Meus amigos eram Fabi, Wilton e Walter...todos insatisfeitos com a Disney World protestamos em um pub com grandes pints e torcedores de futebol.
Fabi era noiva e queria promoção na empresa, dominando o inglês, Wilton era noivo queria conhecer de tecnologia, Walter queria ficar comigo na falta de levar bronca de seu chefe no Brasil e termos uma experiência juntos de durões em Vancouver, com visto de estudantes.
Fomos para Whistler. Eu não tinha luvas de tactel e Fabi estava mal agasalhada.
A montanha nos jogou, cada um de nós separados fomos explorar as descidas.
Eles foram de snow board eu e Fabi ski nos vimos no final, gelados e cheios de adrenalina.
Fiquei com medo de perder a mão, que estava enrugada e congelada.
Fabi aqueceu minha mão entre as suas. Um dia não vi mais Walter, me arrependi de não ter feito parceria, em nome de um celibato e Fabi foi para Toronto.
Continuei meus passeios...peguei um ferry boat e fui para Ilha Victoria.
Via gaivotas voando ao lado com o vento gelado e pinheiros na orla.
Chegamos, o guia me levou até uma parte, falava, mas resolvi mandar postais para meus pais.
Na ilha Victoria, separada da excursão, entrei numa loja de departamento e me deslumbrei com um relógio da Roots, perdi o horário de volta e a excursão..

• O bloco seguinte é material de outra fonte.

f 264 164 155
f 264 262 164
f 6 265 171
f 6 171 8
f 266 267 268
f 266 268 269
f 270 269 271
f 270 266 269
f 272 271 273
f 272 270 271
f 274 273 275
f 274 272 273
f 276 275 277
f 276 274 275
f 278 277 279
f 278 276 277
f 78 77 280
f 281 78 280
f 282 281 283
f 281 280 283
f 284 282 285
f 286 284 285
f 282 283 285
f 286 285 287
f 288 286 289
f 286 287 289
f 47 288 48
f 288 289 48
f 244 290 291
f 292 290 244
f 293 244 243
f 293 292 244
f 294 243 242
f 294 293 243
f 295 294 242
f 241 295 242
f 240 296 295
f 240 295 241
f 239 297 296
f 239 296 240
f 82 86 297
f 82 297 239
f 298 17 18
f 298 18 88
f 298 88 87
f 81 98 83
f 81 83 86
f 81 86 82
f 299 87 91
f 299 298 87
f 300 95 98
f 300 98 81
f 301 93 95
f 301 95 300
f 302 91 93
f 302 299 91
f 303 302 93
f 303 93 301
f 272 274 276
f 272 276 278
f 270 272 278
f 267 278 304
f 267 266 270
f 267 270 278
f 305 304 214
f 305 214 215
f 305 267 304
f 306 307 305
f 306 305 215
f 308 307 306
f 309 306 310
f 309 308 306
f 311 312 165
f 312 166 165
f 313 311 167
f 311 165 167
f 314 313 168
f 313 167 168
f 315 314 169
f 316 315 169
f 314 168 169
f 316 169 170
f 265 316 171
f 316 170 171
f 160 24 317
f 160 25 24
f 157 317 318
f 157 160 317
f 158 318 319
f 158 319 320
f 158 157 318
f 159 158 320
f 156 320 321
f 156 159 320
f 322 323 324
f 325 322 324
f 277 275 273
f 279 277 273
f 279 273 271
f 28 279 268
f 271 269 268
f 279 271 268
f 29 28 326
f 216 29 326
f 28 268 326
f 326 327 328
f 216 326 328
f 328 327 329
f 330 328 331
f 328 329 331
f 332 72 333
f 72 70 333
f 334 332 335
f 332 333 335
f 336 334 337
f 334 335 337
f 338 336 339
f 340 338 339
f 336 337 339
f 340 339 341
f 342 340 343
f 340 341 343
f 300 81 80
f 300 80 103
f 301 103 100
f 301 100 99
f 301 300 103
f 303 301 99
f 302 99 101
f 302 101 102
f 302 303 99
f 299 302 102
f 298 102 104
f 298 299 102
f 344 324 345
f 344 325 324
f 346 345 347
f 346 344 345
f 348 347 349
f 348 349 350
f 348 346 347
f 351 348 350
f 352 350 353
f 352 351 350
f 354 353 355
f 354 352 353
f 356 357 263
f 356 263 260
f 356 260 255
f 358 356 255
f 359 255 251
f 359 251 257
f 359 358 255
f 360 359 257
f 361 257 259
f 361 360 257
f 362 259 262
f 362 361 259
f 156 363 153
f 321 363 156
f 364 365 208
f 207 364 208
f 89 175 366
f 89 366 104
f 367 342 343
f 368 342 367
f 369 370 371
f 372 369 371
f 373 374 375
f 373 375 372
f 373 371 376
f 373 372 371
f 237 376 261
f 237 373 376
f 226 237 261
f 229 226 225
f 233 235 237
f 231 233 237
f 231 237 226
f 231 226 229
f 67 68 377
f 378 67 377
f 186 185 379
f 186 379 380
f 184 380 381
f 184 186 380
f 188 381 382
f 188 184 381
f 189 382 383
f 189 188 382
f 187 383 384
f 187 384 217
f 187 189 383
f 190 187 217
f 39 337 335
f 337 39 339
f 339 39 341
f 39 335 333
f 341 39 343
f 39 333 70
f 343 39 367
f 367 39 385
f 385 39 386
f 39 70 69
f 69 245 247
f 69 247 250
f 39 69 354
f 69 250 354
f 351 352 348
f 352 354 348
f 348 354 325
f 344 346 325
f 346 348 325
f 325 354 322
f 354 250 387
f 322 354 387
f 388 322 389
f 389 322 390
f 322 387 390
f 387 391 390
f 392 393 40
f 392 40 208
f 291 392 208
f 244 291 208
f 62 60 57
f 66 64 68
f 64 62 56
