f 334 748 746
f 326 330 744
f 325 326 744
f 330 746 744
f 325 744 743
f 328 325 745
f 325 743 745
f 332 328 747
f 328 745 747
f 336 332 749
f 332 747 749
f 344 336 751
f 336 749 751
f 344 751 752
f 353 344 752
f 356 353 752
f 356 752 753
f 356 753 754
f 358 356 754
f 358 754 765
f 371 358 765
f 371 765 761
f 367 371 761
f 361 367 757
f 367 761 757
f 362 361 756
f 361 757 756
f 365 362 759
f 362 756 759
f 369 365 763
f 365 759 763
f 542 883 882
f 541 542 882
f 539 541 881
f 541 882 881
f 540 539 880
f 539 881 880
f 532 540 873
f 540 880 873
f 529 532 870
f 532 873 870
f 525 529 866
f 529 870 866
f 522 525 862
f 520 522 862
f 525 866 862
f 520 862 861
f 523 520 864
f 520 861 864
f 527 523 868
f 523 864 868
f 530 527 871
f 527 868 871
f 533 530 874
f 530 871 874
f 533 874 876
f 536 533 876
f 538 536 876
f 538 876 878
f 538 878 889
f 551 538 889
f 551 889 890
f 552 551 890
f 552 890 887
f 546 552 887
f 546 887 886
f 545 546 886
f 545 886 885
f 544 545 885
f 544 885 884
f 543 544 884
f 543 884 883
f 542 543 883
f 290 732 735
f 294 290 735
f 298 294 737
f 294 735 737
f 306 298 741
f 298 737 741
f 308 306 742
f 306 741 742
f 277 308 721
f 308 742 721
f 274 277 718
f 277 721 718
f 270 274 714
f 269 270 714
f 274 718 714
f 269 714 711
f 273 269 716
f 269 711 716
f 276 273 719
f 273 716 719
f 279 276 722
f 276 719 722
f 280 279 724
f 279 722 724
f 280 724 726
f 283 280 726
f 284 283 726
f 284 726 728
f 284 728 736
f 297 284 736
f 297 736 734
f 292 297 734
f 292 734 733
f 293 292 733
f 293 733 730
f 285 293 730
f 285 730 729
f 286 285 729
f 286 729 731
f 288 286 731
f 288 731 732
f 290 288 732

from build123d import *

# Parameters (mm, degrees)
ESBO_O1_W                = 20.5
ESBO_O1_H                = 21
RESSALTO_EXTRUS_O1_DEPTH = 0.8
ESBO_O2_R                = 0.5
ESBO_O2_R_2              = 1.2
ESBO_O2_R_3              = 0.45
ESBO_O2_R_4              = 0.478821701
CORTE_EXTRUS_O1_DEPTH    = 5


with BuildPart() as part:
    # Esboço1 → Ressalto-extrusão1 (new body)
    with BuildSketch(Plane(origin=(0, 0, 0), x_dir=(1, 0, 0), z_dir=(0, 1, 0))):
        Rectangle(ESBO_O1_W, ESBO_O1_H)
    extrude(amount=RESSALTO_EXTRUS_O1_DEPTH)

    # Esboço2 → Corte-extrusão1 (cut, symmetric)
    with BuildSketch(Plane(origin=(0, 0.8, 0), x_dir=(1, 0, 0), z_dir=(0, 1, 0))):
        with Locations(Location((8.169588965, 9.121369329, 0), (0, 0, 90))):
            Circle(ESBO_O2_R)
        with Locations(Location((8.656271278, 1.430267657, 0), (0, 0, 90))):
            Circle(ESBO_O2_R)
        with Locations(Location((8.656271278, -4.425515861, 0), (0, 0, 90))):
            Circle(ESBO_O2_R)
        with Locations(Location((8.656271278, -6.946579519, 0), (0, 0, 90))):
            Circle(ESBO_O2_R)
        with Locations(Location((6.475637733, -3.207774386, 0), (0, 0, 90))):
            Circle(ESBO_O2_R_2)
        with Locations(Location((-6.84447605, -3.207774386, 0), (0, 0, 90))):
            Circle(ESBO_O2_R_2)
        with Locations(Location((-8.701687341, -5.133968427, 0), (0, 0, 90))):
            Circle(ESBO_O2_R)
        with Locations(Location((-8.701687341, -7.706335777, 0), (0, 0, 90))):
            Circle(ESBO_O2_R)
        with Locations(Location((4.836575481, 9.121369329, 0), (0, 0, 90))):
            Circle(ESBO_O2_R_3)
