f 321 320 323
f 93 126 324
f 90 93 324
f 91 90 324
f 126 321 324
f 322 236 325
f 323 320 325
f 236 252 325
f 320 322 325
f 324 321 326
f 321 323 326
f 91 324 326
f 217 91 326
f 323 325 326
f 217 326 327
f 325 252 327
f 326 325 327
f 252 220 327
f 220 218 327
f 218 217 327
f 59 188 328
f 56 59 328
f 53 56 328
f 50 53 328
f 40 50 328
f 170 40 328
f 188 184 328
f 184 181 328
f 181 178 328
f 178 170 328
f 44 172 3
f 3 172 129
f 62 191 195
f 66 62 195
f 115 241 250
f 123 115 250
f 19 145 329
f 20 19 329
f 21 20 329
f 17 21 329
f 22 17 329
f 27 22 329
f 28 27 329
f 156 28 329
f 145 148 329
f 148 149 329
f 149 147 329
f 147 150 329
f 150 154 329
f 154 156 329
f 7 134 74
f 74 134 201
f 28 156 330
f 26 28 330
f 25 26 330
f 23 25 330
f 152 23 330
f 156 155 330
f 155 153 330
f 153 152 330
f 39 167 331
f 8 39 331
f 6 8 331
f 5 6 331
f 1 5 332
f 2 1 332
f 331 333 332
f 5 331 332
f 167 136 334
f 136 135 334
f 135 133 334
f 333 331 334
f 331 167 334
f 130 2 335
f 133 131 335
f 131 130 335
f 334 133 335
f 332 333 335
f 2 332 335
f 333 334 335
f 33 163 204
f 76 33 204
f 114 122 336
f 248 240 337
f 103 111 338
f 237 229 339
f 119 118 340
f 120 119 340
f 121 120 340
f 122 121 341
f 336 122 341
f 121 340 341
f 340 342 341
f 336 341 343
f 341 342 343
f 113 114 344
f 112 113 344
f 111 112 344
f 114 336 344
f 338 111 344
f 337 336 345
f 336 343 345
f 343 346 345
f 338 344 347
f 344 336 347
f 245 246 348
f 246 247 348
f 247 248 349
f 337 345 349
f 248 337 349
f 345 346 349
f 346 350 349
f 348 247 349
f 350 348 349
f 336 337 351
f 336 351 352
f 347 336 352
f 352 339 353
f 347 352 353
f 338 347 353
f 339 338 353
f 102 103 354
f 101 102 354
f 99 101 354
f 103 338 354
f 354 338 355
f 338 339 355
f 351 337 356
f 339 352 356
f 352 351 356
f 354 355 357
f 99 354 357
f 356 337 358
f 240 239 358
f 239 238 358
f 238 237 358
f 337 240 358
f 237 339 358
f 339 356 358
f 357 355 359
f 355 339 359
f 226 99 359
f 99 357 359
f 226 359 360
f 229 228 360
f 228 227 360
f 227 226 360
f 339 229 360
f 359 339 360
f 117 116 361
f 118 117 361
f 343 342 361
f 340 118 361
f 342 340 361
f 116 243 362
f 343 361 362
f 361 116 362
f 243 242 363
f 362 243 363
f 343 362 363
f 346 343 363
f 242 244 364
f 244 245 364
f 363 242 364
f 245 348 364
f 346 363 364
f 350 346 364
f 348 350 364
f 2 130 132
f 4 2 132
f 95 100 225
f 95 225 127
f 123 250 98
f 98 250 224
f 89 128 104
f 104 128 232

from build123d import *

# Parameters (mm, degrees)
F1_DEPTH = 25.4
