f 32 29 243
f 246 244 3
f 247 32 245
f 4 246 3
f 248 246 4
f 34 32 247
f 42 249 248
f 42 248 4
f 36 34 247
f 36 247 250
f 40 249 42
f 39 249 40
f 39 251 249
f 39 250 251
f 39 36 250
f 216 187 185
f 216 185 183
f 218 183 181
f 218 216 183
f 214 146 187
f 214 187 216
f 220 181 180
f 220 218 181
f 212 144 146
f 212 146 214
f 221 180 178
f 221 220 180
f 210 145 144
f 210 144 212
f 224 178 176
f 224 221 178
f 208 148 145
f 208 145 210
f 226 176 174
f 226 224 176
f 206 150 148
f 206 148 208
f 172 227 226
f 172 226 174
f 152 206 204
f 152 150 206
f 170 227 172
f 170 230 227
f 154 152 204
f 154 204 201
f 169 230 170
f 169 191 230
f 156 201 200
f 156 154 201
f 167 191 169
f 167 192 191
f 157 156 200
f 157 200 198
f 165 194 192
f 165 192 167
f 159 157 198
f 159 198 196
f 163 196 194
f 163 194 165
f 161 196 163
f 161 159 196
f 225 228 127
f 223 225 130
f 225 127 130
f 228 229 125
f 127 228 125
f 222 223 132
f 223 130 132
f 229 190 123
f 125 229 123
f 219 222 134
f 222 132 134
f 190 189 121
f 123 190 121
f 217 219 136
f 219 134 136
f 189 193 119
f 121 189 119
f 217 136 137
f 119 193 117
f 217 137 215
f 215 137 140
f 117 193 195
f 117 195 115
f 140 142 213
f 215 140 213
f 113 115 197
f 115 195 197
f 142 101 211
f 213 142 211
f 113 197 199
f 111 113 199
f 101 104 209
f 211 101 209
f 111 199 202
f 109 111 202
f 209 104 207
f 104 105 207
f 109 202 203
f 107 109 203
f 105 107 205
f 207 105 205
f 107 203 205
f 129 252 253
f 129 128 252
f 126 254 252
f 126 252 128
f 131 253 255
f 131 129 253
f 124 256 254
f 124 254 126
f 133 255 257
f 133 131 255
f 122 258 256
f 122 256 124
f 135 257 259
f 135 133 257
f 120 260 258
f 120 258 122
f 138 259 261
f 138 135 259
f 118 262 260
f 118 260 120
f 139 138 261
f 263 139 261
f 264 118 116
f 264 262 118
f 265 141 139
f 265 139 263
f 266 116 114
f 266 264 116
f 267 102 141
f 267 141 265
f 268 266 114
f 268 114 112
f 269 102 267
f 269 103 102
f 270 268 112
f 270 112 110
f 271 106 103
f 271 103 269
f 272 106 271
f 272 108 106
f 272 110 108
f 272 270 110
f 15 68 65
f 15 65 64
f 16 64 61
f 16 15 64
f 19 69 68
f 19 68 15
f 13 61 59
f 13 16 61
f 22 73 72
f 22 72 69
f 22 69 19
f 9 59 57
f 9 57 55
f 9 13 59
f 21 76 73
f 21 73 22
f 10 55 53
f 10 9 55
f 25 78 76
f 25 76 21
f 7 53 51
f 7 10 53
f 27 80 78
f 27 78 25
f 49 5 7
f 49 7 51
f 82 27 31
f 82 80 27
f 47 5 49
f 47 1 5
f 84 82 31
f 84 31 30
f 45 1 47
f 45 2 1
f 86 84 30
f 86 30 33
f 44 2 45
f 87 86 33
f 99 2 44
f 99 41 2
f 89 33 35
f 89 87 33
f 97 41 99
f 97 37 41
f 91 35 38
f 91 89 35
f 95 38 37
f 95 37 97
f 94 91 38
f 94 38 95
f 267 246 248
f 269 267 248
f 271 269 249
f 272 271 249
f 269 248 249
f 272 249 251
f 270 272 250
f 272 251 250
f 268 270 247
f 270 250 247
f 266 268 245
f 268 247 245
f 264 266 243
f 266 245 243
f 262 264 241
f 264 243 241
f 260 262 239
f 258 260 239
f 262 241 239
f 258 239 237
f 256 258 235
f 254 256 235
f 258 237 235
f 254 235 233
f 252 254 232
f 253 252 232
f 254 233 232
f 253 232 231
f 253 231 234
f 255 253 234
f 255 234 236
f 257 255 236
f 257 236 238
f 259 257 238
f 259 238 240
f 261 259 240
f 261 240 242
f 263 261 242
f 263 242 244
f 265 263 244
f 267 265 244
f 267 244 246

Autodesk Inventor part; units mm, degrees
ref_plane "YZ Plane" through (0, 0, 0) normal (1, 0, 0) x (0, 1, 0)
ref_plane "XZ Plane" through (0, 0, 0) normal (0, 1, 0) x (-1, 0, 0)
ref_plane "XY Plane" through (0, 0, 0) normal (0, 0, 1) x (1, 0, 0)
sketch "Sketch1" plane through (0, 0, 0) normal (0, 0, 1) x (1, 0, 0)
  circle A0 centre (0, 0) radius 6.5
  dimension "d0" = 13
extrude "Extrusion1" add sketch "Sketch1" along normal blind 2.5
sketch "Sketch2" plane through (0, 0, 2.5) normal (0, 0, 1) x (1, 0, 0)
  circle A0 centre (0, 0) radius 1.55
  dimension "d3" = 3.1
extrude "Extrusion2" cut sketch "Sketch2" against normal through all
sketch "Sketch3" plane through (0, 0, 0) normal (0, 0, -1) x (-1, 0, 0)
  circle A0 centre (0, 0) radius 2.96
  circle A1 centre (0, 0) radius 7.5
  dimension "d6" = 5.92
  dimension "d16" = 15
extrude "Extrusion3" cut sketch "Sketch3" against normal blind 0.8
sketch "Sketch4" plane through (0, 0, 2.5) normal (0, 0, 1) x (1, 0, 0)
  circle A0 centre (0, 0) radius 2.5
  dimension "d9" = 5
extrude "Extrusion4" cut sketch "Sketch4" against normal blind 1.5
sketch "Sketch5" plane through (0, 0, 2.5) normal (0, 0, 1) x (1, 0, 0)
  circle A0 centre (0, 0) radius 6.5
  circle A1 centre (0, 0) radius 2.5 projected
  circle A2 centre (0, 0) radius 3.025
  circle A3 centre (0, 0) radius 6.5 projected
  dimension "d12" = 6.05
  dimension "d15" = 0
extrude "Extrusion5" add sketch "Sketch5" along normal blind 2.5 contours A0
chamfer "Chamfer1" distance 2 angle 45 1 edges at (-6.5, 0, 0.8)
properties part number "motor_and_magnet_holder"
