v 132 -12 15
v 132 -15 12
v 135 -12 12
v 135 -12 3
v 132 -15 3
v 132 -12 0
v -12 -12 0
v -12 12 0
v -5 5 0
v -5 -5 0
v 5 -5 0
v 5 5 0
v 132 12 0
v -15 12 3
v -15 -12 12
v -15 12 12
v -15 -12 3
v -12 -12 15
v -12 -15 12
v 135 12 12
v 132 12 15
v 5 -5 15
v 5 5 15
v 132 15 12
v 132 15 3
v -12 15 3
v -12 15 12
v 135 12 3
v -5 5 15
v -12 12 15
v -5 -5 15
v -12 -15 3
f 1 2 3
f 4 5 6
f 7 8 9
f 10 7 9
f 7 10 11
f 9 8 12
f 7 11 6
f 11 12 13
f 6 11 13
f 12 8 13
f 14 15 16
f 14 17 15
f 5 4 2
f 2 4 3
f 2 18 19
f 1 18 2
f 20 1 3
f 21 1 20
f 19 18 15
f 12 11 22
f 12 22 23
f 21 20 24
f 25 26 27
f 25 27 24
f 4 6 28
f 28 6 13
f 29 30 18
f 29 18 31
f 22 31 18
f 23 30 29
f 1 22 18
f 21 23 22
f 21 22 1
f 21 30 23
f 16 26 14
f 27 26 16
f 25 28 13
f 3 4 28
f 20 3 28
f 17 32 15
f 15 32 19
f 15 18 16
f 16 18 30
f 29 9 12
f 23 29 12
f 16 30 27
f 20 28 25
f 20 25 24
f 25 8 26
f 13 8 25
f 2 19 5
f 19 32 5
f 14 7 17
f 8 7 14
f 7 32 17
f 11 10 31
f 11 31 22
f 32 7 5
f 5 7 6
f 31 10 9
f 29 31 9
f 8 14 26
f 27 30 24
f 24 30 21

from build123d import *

# Parameters (mm, degrees)
F0_W     = 150
F0_H     = 30
F0_W_2   = 10
F0_H_2   = 10
F1_DEPTH = 15
F2_SIZE  = 3


with BuildPart() as f1:
    # F0 (on Top) → F1 (new body)
    with BuildSketch(Plane.XY):
        with Locations((60, 0)):
            Rectangle(F0_W, F0_H)
        Rectangle(F0_W_2, F0_H_2, mode=Mode.SUBTRACT)
    extrude(amount=F1_DEPTH)

    # F2
    f2_edges = [f1.edges().sort_by_distance(p)[0] for p in [
        (60, -15, 15),
        (135, -15, 7.5),
        (60, -15, 0),
        (135, 0, 0),
        (135, 15, 7.5),
        (135, 0, 15),
        (60, 15, 15),
        (-15, 0, 15),
        (-15, -15, 7.5),
        (-15, 15, 7.5),
        (-15, 0, 0),
        (60, 15, 0),
    ]]
    chamfer(f2_edges, length=F2_SIZE)


solid = f1.part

Pedi para uns meninos bonitos que esperavam também a volta para Vancouver para ajudar a ler o manual do relógio, entrei no ferry boat e conheci um japonês que fazia universidade da British Columbia e aproveitei o restaurante do barco numa conversa que me pareceu que era o começo da viagem.
Mas o conselho da escola ficou preocupado comigo, ligaram para o Brasil. A conselheira pegou os dados do cartão de crédito do meu pai, comprou minha passagem.
Aya a japonesa que compartilhava a homestay, com quem assisti O Sorriso de Monalisa num combate para ver qual das duas fazia melhor que Julia Roberts, me fez um mini cartão rosa com corações minúsculos dizendo que sentiria saudades e chorou.
Perdi a hora e ganhei uma raiz numa província.